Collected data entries
● ● ● ●
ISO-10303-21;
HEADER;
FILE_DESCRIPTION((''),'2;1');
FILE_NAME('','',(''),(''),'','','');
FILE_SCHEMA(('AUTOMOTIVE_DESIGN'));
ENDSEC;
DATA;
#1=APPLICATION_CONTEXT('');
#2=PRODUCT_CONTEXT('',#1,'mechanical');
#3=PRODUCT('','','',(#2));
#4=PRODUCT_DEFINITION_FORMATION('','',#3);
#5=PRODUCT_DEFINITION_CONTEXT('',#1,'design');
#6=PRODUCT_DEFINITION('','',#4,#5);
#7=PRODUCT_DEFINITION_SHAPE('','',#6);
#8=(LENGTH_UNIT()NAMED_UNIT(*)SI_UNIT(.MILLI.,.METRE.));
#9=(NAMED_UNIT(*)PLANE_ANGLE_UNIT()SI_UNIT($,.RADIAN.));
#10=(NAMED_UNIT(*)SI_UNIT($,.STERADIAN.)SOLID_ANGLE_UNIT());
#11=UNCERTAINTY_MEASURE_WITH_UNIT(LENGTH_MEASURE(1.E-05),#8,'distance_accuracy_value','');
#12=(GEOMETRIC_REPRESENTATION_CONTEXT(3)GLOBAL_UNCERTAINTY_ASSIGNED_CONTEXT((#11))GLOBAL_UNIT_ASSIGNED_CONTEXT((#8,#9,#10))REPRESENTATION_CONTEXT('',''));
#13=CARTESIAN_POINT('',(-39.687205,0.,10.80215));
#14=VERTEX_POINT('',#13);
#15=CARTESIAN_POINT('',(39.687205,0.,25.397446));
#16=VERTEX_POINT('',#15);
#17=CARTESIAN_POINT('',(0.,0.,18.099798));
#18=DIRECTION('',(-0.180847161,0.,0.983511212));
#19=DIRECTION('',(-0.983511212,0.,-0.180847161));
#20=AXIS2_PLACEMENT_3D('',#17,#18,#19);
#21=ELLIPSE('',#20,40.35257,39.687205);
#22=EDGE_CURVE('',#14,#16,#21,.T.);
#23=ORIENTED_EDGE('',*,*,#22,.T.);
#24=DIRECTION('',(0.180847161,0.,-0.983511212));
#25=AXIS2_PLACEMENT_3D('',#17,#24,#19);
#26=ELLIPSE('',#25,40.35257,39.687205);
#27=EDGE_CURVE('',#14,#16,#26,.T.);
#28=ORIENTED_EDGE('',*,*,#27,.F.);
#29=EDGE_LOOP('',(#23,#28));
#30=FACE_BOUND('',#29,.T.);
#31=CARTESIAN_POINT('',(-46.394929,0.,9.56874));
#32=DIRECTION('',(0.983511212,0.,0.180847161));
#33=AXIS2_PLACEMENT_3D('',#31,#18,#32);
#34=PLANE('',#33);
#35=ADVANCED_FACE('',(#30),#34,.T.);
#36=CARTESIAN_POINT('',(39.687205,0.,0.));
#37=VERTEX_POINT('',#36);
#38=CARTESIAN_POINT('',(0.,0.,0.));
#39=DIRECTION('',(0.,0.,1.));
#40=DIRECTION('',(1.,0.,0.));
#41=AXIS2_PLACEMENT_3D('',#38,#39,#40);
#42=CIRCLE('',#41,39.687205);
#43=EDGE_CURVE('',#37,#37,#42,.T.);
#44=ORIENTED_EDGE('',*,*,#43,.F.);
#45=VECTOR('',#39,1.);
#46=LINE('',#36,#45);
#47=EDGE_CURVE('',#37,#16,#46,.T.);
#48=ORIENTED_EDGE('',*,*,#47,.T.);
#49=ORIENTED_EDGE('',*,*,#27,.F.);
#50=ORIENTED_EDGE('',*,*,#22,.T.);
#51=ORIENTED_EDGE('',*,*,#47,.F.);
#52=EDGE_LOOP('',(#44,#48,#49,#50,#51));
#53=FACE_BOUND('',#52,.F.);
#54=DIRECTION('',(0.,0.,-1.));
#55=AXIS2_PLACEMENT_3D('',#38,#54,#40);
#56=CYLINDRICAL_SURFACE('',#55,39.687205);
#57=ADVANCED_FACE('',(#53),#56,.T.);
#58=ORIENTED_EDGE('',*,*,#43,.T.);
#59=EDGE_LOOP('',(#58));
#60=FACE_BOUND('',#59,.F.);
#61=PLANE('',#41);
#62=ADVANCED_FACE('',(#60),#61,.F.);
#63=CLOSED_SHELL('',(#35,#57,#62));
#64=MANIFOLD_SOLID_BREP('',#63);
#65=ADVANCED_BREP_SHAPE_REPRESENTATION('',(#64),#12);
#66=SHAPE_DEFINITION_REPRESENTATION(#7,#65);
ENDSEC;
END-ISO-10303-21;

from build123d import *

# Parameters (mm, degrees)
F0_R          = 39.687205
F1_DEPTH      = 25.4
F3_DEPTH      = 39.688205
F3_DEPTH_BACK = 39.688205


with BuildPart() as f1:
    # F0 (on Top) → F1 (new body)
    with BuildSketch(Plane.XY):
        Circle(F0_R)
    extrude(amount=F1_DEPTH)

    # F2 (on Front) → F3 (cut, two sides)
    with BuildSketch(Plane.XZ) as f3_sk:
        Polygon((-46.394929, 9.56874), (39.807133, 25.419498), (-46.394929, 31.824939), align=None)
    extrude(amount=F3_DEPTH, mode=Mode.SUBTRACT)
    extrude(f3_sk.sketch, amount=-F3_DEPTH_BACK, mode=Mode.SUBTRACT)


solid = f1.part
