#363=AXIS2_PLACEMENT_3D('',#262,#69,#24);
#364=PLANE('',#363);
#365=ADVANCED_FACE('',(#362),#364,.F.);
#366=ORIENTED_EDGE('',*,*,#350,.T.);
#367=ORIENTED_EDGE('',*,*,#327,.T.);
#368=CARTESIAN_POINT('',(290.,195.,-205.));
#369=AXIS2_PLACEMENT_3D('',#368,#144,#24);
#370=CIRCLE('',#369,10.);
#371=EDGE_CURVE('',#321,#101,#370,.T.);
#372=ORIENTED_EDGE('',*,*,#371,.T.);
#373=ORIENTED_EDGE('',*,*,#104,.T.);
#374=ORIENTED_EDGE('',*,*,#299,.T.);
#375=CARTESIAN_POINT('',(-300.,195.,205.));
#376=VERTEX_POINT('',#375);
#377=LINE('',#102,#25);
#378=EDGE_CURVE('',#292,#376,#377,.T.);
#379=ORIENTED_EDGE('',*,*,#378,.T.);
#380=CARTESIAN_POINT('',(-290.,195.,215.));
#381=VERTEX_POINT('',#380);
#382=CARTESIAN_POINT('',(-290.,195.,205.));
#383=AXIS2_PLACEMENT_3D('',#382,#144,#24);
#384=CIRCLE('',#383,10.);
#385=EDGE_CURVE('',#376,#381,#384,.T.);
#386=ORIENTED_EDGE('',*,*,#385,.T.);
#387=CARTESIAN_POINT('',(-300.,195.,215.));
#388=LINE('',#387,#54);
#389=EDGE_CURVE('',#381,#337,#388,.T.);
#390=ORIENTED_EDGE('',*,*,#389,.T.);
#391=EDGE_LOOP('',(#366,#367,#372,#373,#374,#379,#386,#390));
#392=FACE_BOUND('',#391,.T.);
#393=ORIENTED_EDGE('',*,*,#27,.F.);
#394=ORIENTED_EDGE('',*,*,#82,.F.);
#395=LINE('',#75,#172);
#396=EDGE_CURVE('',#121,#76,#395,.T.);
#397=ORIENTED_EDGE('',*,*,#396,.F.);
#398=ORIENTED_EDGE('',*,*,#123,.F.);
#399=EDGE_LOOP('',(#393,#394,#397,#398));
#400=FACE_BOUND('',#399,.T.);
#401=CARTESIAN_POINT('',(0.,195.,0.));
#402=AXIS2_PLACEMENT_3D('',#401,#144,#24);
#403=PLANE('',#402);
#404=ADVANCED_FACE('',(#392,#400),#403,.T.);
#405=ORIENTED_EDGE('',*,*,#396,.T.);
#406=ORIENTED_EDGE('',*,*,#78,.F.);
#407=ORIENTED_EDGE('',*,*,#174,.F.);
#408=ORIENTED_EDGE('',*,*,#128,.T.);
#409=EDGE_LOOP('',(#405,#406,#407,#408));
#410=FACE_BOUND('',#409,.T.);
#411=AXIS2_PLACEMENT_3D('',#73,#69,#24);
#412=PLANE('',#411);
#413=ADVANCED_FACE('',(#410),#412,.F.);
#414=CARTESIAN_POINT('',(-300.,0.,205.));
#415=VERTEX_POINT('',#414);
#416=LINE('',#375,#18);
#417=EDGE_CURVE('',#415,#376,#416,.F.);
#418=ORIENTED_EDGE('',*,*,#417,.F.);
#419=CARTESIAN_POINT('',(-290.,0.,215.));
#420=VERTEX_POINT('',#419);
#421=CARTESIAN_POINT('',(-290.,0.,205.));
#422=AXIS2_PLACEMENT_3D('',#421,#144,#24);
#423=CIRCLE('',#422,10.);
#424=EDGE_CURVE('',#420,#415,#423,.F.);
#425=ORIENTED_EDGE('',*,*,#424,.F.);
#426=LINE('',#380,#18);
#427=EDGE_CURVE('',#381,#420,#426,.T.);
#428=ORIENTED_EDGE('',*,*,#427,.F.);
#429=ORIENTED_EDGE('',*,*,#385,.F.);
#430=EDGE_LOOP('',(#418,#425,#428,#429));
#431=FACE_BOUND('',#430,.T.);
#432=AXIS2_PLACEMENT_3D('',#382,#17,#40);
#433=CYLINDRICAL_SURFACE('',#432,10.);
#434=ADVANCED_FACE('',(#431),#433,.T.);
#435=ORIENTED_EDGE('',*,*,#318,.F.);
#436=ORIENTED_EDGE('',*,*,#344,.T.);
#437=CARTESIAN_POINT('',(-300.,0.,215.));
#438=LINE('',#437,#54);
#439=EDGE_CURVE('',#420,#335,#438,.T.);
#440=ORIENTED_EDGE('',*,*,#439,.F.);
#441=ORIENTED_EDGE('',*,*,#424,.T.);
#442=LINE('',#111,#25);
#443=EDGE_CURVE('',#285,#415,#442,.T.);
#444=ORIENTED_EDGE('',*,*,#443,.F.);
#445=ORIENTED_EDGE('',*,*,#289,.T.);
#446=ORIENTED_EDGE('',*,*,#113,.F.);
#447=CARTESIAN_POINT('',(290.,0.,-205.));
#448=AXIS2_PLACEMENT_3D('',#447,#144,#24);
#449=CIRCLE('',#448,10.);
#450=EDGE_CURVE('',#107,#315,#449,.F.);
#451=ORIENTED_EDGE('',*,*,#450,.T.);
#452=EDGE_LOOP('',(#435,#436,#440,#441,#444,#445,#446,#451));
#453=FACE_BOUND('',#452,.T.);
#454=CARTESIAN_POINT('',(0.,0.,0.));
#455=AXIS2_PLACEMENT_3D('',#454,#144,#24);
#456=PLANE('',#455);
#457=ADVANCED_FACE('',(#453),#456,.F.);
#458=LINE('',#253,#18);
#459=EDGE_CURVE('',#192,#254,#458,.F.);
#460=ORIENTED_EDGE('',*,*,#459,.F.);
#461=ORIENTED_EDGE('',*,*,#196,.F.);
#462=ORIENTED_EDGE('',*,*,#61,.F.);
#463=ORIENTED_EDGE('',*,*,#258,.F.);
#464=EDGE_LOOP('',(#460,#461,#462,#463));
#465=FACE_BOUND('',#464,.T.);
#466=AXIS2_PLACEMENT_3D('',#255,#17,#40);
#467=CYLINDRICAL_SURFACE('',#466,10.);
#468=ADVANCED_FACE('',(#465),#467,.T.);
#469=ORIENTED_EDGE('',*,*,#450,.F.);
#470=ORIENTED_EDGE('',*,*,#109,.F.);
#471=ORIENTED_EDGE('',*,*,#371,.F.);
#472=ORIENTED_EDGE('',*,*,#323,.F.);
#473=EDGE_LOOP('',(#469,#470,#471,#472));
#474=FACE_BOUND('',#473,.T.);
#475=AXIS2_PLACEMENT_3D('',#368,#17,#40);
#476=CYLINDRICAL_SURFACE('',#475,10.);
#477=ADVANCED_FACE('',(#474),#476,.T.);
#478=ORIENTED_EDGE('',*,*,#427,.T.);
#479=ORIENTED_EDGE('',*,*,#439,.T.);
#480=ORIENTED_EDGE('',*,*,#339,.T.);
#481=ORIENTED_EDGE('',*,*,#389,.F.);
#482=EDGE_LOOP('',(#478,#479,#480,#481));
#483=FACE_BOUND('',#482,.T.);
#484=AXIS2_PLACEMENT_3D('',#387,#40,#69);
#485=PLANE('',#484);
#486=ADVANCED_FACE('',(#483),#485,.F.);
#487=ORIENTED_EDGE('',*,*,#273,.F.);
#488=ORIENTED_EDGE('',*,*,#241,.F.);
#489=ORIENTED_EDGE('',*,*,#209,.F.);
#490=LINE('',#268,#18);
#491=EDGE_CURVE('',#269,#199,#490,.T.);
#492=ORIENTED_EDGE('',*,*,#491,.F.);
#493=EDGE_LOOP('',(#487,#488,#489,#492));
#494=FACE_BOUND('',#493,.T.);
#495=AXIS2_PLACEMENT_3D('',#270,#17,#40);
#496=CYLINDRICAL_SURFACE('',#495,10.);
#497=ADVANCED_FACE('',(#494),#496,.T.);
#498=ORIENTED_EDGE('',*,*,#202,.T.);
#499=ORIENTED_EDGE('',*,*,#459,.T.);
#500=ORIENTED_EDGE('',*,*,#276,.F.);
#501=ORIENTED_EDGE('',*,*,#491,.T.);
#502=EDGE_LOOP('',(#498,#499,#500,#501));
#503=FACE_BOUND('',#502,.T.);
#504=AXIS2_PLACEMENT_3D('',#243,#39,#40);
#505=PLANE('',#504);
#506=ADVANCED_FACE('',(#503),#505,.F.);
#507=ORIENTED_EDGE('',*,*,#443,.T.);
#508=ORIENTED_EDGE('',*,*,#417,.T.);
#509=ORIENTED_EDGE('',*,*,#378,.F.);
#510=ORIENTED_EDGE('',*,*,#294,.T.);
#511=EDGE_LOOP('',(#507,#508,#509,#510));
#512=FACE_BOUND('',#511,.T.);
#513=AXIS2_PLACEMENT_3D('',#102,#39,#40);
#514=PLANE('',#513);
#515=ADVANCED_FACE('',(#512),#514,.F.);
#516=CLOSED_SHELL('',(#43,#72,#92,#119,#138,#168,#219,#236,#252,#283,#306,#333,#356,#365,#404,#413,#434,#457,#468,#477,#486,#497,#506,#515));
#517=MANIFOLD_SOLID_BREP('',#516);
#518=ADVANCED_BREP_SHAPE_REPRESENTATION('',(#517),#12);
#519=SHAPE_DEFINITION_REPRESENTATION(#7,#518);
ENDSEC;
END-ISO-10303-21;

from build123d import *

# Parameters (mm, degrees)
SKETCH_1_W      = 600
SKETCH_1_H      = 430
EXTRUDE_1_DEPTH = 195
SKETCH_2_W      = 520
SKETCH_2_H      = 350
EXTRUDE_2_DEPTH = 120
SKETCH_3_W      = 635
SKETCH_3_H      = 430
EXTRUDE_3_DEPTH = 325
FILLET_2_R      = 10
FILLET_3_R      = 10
● ● ● ●
Instructions for the task ->
Reproduce every line of the records containing the string "DIRECTION".

Task output ->
#18=DIRECTION('',(-0.180847161,0.,0.983511212));
#19=DIRECTION('',(-0.983511212,0.,-0.180847161));
#24=DIRECTION('',(0.180847161,0.,-0.983511212));
#32=DIRECTION('',(0.983511212,0.,0.180847161));
#39=DIRECTION('',(0.,0.,1.));
#40=DIRECTION('',(1.,0.,0.));
#54=DIRECTION('',(0.,0.,-1.));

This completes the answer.